:: Data supplied

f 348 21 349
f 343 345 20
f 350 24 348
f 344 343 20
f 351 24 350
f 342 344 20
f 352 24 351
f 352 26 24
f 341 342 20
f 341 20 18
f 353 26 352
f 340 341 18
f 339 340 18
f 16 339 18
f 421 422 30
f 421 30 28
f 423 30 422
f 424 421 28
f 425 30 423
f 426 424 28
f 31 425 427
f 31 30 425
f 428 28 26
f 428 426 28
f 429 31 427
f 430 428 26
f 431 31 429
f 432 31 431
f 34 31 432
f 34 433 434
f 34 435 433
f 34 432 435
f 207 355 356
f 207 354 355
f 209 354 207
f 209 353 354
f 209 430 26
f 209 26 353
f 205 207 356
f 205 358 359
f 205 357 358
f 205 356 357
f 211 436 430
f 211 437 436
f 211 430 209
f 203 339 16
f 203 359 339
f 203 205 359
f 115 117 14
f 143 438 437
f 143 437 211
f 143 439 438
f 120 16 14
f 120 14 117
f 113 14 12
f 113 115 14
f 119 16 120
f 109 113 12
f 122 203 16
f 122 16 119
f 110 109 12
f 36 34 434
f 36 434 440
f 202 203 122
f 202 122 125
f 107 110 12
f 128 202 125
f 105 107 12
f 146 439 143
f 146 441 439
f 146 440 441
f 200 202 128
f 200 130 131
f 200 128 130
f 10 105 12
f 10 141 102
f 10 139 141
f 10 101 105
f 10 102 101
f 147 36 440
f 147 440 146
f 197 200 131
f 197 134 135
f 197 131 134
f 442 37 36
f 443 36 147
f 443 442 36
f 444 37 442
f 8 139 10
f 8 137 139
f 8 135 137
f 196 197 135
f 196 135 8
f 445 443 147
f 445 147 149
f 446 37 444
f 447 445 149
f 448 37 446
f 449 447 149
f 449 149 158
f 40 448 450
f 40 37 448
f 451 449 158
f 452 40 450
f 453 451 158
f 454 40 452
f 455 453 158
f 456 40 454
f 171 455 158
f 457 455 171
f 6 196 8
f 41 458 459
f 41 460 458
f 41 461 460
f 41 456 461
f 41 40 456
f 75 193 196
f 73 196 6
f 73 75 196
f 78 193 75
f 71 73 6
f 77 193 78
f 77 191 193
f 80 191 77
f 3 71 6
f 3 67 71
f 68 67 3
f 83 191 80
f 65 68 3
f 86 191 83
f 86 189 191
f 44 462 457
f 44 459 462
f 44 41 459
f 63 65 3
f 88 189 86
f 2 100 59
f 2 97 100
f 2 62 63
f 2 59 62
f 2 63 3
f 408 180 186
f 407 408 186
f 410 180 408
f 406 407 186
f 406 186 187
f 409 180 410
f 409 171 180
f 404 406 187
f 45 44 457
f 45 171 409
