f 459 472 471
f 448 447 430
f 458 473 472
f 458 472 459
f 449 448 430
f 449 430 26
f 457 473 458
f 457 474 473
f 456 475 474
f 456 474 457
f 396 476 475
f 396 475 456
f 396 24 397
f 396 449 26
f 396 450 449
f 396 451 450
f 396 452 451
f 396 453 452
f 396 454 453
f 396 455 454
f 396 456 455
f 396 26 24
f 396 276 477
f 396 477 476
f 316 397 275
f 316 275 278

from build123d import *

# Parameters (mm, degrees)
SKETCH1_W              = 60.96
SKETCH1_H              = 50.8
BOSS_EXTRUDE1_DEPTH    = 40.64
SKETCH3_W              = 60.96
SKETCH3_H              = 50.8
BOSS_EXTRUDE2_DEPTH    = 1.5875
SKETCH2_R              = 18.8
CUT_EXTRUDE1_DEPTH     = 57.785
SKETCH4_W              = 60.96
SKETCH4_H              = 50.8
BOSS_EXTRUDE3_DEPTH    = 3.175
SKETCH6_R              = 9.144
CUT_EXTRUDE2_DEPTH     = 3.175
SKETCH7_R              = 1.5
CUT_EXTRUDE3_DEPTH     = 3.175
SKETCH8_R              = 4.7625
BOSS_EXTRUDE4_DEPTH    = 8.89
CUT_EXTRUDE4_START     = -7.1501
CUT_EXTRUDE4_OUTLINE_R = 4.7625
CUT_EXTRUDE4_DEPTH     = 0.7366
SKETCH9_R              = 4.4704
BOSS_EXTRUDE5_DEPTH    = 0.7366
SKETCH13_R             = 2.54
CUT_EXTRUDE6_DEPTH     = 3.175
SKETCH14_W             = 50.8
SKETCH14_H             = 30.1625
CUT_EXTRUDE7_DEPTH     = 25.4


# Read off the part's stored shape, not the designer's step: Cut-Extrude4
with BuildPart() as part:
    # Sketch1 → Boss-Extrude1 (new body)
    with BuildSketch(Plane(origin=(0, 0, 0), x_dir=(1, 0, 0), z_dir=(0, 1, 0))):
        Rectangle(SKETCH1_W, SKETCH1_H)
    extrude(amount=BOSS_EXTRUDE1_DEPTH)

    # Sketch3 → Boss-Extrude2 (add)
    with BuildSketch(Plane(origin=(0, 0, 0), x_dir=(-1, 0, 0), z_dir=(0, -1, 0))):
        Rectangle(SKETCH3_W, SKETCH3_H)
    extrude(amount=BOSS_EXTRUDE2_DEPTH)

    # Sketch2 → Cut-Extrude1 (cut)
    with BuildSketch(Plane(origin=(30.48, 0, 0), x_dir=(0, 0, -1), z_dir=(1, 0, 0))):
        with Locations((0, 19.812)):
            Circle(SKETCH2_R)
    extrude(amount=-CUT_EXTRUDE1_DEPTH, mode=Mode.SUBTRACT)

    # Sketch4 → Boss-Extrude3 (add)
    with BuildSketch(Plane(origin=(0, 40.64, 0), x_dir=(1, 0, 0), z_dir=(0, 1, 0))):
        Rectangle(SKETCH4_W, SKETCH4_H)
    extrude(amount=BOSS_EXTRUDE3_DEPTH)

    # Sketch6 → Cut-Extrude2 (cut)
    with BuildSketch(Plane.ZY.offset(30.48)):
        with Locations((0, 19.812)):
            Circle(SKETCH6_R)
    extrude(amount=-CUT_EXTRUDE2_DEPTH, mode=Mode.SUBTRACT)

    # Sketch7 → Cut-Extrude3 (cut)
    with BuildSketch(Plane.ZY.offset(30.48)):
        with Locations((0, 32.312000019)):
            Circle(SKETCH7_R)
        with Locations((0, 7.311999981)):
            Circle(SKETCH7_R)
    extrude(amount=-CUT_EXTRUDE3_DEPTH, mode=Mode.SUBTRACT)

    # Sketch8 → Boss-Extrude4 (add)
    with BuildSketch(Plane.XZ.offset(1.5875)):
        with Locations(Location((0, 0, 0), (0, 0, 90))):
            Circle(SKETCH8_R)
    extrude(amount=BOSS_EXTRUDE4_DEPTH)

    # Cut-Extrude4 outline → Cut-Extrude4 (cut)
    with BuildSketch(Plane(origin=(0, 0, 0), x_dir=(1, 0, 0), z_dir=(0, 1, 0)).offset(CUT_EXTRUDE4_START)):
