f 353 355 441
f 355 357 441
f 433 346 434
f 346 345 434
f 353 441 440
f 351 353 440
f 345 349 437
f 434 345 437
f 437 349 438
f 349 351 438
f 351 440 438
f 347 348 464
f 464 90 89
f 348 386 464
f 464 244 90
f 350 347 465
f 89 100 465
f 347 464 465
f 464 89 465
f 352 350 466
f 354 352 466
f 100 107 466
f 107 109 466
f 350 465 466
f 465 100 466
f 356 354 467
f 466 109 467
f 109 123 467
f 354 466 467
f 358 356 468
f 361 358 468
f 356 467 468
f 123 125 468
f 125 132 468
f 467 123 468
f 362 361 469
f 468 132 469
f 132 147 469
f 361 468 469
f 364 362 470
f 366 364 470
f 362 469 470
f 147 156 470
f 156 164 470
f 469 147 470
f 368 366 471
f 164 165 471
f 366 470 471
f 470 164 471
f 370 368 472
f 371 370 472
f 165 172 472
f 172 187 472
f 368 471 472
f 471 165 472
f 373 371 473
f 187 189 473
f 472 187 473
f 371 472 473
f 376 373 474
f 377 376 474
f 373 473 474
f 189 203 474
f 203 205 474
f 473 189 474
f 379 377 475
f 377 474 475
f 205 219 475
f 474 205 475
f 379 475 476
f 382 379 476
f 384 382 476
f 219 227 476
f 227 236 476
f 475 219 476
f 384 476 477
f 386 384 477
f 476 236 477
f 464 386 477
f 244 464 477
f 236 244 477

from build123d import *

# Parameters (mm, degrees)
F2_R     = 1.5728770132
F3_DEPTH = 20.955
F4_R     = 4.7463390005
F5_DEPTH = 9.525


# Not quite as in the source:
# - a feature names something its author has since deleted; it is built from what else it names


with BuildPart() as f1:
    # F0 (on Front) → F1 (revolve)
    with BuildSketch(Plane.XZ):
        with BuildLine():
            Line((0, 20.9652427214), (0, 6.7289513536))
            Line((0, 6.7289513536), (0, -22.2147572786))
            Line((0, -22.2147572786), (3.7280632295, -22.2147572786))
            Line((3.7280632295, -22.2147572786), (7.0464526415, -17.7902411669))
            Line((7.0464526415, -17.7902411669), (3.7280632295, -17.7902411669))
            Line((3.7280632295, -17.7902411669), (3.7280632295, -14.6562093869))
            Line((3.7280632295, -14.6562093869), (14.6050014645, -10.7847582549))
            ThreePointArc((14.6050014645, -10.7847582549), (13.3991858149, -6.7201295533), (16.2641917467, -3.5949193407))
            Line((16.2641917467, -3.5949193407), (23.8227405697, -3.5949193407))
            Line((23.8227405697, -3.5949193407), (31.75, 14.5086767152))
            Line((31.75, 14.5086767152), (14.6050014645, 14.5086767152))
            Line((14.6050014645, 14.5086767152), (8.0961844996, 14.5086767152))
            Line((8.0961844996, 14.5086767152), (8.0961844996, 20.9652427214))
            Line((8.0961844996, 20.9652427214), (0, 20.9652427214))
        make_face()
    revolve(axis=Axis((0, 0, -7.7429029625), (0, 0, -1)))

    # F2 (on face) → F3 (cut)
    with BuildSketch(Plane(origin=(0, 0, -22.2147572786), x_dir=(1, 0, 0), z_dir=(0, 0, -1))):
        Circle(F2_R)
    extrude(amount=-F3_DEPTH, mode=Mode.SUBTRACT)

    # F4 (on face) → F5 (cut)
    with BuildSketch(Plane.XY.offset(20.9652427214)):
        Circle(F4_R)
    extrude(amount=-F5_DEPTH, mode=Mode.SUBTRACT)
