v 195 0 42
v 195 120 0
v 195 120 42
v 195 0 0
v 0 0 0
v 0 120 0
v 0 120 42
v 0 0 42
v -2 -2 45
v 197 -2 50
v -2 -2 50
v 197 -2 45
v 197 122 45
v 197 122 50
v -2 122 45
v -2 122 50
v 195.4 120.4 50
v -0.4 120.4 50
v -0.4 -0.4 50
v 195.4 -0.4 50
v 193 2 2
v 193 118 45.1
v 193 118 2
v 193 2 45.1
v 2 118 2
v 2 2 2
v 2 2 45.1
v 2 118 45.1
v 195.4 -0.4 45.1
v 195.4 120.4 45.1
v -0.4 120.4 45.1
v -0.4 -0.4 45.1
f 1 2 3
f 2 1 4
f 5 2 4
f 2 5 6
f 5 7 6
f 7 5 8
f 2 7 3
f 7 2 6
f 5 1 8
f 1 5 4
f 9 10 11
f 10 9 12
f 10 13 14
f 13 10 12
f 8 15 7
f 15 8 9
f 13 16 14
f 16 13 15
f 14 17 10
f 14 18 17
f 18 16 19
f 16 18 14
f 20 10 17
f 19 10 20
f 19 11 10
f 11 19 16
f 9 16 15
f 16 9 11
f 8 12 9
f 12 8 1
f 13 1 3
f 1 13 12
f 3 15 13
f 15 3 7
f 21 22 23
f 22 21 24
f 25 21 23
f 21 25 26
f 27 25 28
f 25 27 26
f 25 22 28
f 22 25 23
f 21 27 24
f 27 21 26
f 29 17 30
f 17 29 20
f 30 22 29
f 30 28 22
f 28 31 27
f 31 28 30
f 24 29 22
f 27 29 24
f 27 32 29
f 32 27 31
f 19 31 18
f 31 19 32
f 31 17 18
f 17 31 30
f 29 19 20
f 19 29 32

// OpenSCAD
// Length of Box (X-Axis)
Length=195;		// [20:500]

// Width of Box (Y-Axis)
Width=120;		// [20:500]

// Height of Box (Z-Axis)
Height=50;		// [15:500]

// Wall Thickness
Wall=2;			// [0.5:0.1:5]


difference()
{
	union()
	{
		cube([Length, Width, Height - 5 - 2]);
		translate([0, 0, Height - 5 - 2]) hull()
		{
			translate([0, 0, -1]) cube([Length, Width, 1]);
			translate([-Wall, -Wall, 2]) cube([Length + Wall * 2, Width + Wall * 2, 5]);
		}
		translate([0, 0, Height]) cube([Length, Width, 2]);
	}
	
	translate([Wall, Wall, Wall]) cube([Length - Wall * 2, Width - Wall * 2, Height + Wall]);
	
	translate([-0.4, -0.4, Height - 5 + 0.1]) cube([Length + 0.8, Width + 0.8, 7]);
}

::::

Exercise requirements: Reproduce the entries exactly, starting at their first line and stopping after the line with "f 207 355 356".

Answer box:
f 348 21 349
f 343 345 20
f 350 24 348
f 344 343 20
f 351 24 350
f 342 344 20
f 352 24 351
f 352 26 24
f 341 342 20
f 341 20 18
f 353 26 352
f 340 341 18
f 339 340 18
f 16 339 18
f 421 422 30
f 421 30 28
f 423 30 422
f 424 421 28
f 425 30 423
f 426 424 28
f 31 425 427
f 31 30 425
f 428 28 26
f 428 426 28
f 429 31 427
f 430 428 26
f 431 31 429
f 432 31 431
f 34 31 432
f 34 433 434
f 34 435 433
f 34 432 435
f 207 355 356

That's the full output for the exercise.